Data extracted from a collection
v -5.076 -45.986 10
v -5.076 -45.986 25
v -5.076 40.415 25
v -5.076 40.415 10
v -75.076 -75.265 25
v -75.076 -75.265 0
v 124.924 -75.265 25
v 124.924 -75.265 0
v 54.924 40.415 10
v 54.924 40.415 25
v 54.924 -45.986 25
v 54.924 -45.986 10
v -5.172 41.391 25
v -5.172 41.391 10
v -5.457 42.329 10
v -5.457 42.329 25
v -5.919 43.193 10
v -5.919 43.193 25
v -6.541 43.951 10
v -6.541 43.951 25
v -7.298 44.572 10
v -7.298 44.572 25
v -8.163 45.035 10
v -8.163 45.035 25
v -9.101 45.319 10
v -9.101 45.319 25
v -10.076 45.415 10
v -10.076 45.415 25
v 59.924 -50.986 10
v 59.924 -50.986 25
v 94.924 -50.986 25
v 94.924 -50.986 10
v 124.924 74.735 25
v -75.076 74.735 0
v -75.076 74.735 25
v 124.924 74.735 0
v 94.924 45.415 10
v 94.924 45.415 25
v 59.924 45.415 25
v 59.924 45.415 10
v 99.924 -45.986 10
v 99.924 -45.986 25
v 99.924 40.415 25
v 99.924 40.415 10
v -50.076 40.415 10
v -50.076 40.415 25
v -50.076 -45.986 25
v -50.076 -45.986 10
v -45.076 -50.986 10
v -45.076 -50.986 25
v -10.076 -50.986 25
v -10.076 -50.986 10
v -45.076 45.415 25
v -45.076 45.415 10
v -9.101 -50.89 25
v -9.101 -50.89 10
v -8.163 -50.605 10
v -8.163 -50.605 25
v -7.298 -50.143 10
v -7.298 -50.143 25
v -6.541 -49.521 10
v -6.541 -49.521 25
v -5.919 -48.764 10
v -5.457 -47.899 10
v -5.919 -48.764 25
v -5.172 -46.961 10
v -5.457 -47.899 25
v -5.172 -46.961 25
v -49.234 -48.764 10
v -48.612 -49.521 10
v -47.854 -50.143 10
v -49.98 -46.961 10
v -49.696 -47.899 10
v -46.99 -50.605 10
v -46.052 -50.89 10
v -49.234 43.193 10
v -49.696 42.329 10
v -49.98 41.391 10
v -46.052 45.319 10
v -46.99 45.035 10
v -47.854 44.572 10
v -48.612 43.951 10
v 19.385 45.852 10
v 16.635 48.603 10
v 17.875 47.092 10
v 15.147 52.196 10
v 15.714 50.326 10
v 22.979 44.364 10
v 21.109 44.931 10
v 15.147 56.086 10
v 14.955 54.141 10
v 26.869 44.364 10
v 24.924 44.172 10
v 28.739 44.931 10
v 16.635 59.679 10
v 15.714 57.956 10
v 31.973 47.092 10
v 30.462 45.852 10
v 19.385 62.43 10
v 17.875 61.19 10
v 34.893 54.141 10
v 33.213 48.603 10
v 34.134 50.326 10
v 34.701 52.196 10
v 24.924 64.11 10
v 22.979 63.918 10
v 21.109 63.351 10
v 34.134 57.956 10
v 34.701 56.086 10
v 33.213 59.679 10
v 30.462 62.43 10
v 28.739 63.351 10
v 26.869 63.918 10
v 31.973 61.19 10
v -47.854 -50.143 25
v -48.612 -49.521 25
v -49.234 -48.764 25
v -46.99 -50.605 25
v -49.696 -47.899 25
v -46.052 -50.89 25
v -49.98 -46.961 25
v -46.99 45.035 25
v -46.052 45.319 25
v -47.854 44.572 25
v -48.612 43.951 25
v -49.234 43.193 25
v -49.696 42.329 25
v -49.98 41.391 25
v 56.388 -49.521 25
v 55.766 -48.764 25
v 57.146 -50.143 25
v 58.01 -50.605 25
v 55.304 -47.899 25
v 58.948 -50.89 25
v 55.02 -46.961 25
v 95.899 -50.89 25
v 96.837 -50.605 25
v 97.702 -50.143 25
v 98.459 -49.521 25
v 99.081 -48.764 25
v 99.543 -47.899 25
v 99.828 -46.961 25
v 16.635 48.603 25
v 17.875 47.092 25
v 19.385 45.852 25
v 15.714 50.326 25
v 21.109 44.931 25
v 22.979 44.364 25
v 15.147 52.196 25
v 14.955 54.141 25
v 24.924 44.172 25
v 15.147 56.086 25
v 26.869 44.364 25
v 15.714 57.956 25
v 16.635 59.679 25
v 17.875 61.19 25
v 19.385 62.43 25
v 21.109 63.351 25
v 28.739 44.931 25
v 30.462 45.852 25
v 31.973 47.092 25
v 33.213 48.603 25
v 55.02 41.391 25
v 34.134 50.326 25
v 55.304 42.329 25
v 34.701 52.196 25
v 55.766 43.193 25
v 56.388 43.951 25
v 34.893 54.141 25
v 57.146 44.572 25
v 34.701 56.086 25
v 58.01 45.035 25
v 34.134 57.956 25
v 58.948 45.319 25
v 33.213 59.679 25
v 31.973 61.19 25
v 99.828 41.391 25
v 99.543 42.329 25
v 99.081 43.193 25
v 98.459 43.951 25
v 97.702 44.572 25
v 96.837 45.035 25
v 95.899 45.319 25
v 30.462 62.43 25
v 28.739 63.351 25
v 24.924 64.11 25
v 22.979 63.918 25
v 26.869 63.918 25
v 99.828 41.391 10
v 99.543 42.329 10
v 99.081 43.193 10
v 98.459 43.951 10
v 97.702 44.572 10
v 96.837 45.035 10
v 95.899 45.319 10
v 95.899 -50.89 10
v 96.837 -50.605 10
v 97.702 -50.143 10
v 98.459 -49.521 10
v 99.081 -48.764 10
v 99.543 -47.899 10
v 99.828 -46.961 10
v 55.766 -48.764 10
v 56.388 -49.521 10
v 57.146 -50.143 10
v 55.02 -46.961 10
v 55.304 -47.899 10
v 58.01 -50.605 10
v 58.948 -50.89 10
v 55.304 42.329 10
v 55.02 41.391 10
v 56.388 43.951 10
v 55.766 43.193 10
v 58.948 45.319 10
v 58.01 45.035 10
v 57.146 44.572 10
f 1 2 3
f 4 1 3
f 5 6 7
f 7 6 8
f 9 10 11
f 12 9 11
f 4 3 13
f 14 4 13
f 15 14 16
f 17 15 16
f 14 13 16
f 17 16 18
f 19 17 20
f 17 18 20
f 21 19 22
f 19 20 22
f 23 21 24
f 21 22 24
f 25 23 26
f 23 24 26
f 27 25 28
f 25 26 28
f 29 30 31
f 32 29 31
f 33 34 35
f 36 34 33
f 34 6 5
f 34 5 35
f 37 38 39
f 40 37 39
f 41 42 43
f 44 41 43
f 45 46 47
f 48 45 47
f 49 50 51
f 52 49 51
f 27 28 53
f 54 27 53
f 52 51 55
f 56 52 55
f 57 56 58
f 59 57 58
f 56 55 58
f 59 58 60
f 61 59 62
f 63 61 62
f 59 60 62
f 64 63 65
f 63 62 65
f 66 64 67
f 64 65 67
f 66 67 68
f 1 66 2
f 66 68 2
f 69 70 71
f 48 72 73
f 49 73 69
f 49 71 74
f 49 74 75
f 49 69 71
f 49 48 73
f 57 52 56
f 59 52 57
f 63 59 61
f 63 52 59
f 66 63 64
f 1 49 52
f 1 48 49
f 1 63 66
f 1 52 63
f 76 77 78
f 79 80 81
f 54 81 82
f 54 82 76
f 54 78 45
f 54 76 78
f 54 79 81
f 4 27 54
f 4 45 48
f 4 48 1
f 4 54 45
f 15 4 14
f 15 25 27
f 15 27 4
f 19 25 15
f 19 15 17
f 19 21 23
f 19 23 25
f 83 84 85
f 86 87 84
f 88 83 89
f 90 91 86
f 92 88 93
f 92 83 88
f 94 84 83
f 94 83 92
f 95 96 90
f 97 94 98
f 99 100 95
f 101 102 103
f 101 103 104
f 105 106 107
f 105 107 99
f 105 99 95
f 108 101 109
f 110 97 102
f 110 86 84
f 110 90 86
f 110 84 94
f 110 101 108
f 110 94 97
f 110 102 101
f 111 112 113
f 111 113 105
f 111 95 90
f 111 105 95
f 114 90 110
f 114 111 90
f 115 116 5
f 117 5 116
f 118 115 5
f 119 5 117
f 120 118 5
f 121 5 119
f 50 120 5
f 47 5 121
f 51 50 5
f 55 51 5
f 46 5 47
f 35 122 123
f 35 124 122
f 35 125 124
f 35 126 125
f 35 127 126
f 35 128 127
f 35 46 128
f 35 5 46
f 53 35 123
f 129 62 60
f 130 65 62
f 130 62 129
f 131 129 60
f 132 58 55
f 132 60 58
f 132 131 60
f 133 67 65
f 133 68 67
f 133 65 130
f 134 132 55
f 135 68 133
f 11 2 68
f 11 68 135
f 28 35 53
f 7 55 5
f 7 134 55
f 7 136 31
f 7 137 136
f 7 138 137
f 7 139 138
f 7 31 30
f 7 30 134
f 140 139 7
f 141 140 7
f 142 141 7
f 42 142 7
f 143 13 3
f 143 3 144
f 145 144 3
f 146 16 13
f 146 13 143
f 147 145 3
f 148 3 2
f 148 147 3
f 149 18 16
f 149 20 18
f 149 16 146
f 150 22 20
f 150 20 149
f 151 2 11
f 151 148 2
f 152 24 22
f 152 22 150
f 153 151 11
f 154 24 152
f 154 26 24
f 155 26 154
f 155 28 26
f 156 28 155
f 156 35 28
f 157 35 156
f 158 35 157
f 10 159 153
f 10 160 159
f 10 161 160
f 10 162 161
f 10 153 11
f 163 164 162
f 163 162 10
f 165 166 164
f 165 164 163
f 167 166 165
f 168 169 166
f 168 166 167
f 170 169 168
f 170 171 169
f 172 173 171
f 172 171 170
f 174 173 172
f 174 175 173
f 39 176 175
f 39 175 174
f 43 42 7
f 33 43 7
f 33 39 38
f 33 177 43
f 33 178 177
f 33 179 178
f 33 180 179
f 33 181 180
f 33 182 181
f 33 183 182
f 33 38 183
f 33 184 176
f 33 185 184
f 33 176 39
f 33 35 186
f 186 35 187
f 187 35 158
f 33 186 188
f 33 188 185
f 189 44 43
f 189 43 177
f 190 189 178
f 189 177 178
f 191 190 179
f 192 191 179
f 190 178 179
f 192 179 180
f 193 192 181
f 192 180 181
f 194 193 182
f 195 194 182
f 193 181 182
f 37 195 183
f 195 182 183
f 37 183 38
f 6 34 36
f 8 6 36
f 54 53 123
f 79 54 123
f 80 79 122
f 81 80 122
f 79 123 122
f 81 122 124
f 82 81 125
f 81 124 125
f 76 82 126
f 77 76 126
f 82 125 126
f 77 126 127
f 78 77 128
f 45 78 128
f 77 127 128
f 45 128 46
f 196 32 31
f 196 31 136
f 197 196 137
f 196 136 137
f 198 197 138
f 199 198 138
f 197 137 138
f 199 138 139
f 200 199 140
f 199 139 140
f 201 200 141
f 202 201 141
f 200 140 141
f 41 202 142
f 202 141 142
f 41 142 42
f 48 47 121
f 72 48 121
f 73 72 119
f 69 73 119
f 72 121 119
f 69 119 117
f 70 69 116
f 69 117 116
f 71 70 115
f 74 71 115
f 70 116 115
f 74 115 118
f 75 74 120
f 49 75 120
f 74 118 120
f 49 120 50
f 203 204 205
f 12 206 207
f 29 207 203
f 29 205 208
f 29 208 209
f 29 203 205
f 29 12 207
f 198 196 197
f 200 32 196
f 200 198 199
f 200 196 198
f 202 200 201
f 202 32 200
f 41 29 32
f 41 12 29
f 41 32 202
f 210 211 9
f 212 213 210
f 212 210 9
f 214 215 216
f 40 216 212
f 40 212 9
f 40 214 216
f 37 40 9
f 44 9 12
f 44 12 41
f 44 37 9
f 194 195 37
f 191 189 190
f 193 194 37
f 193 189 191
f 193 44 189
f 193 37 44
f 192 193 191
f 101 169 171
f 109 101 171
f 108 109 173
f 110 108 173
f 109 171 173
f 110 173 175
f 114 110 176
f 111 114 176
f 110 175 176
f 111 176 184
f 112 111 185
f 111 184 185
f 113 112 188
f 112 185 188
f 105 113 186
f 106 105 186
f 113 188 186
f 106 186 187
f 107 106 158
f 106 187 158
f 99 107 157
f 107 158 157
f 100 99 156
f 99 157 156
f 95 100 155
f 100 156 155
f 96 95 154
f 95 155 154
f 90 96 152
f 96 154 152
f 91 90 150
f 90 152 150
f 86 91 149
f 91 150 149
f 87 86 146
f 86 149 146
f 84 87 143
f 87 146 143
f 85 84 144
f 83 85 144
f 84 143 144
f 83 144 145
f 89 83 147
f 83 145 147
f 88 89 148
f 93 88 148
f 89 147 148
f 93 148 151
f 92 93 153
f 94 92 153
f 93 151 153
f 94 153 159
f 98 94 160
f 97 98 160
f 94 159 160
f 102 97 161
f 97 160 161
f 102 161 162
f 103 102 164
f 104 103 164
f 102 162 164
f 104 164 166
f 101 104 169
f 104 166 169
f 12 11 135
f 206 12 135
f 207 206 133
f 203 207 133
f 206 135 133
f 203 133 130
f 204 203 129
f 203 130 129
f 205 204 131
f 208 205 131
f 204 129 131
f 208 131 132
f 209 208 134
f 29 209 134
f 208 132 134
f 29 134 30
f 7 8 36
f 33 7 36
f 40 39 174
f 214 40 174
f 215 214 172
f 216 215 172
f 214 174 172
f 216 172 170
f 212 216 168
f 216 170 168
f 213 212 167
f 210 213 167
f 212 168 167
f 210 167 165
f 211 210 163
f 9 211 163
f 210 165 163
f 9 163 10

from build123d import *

# Parameters (mm, degrees)
F0_W     = 200
F0_H     = 150
F1_DEPTH = 25
F2_R     = 9.968788
F3_DEPTH = 15
F5_DEPTH = 15


with BuildPart() as f1:
    # F0 (on Top) → F1 (new body)
    with BuildSketch(Plane.XY):
        with Locations((24.923838, -0.264797)):
            Rectangle(F0_W, F0_H)
    extrude(amount=F1_DEPTH)

    # F2 (on face) → F3 (cut)
    with BuildSketch(Plane.XY.offset(25)):
        with Locations((24.923838, 54.140884)):
            Circle(F2_R)
    extrude(amount=-F3_DEPTH, mode=Mode.SUBTRACT)

    # F4 (on face) → F5 (cut)
    with BuildSketch(Plane.XY.offset(25)):
        with BuildLine():
            Line((-10.076162, 45.415138), (-45.076162, 45.415138))
            ThreePointArc((-45.076162, 45.415138), (-48.611696, 43.950672), (-50.076162, 40.415138))
            Line((-50.076162, 40.415138), (-50.076162, -45.985725))
            ThreePointArc((-50.076162, -45.985725), (-48.611696, -49.521259), (-45.076162, -50.985725))
            Line((-45.076162, -50.985725), (-10.076162, -50.985725))
            ThreePointArc((-10.076162, -50.985725), (-6.540628, -49.521259), (-5.076162, -45.985725))
            Line((-5.076162, -45.985725), (-5.076162, 40.415138))
            ThreePointArc((-5.076162, 40.415138), (-6.540628, 43.950672), (-10.076162, 45.415138))
        make_face()
        with BuildLine():
            Line((94.923838, 45.415138), (59.923838, 45.415138))
            ThreePointArc((59.923838, 45.415138), (56.388304, 43.950672), (54.923838, 40.415138))
            Line((54.923838, 40.415138), (54.923838, -45.985725))
            ThreePointArc((54.923838, -45.985725), (56.388304, -49.521259), (59.923838, -50.985725))
            Line((59.923838, -50.985725), (94.923838, -50.985725))
            ThreePointArc((94.923838, -50.985725), (98.459372, -49.521259), (99.923838, -45.985725))
            Line((99.923838, -45.985725), (99.923838, 40.415138))
            ThreePointArc((99.923838, 40.415138), (98.459372, 43.950672), (94.923838, 45.415138))
        make_face()
    extrude(amount=-F5_DEPTH, mode=Mode.SUBTRACT)


solid = f1.part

INSTRUCTIONS TO FOLLOW: Nothing beyond the lines from the start of the entries through the line with "v -46.052 45.319 10" should appear. Repeat those lines exactly, both ends included.

SOLUTION FOR THIS TASK:
v -5.076 -45.986 10
v -5.076 -45.986 25
v -5.076 40.415 25
v -5.076 40.415 10
v -75.076 -75.265 25
v -75.076 -75.265 0
v 124.924 -75.265 25
v 124.924 -75.265 0
v 54.924 40.415 10
v 54.924 40.415 25
v 54.924 -45.986 25
v 54.924 -45.986 10
v -5.172 41.391 25
v -5.172 41.391 10
v -5.457 42.329 10
v -5.457 42.329 25
v -5.919 43.193 10
v -5.919 43.193 25
v -6.541 43.951 10
v -6.541 43.951 25
v -7.298 44.572 10
v -7.298 44.572 25
v -8.163 45.035 10
v -8.163 45.035 25
v -9.101 45.319 10
v -9.101 45.319 25
v -10.076 45.415 10
v -10.076 45.415 25
v 59.924 -50.986 10
v 59.924 -50.986 25
v 94.924 -50.986 25
v 94.924 -50.986 10
v 124.924 74.735 25
v -75.076 74.735 0
v -75.076 74.735 25
v 124.924 74.735 0
v 94.924 45.415 10
v 94.924 45.415 25
v 59.924 45.415 25
v 59.924 45.415 10
v 99.924 -45.986 10
v 99.924 -45.986 25
v 99.924 40.415 25
v 99.924 40.415 10
v -50.076 40.415 10
v -50.076 40.415 25
v -50.076 -45.986 25
v -50.076 -45.986 10
v -45.076 -50.986 10
v -45.076 -50.986 25
v -10.076 -50.986 25
v -10.076 -50.986 10
v -45.076 45.415 25
v -45.076 45.415 10
v -9.101 -50.89 25
v -9.101 -50.89 10
v -8.163 -50.605 10
v -8.163 -50.605 25
v -7.298 -50.143 10
v -7.298 -50.143 25
v -6.541 -49.521 10
v -6.541 -49.521 25
v -5.919 -48.764 10
v -5.457 -47.899 10
v -5.919 -48.764 25
v -5.172 -46.961 10
v -5.457 -47.899 25
v -5.172 -46.961 25
v -49.234 -48.764 10
v -48.612 -49.521 10
v -47.854 -50.143 10
v -49.98 -46.961 10
v -49.696 -47.899 10
v -46.99 -50.605 10
v -46.052 -50.89 10
v -49.234 43.193 10
v -49.696 42.329 10
v -49.98 41.391 10
v -46.052 45.319 10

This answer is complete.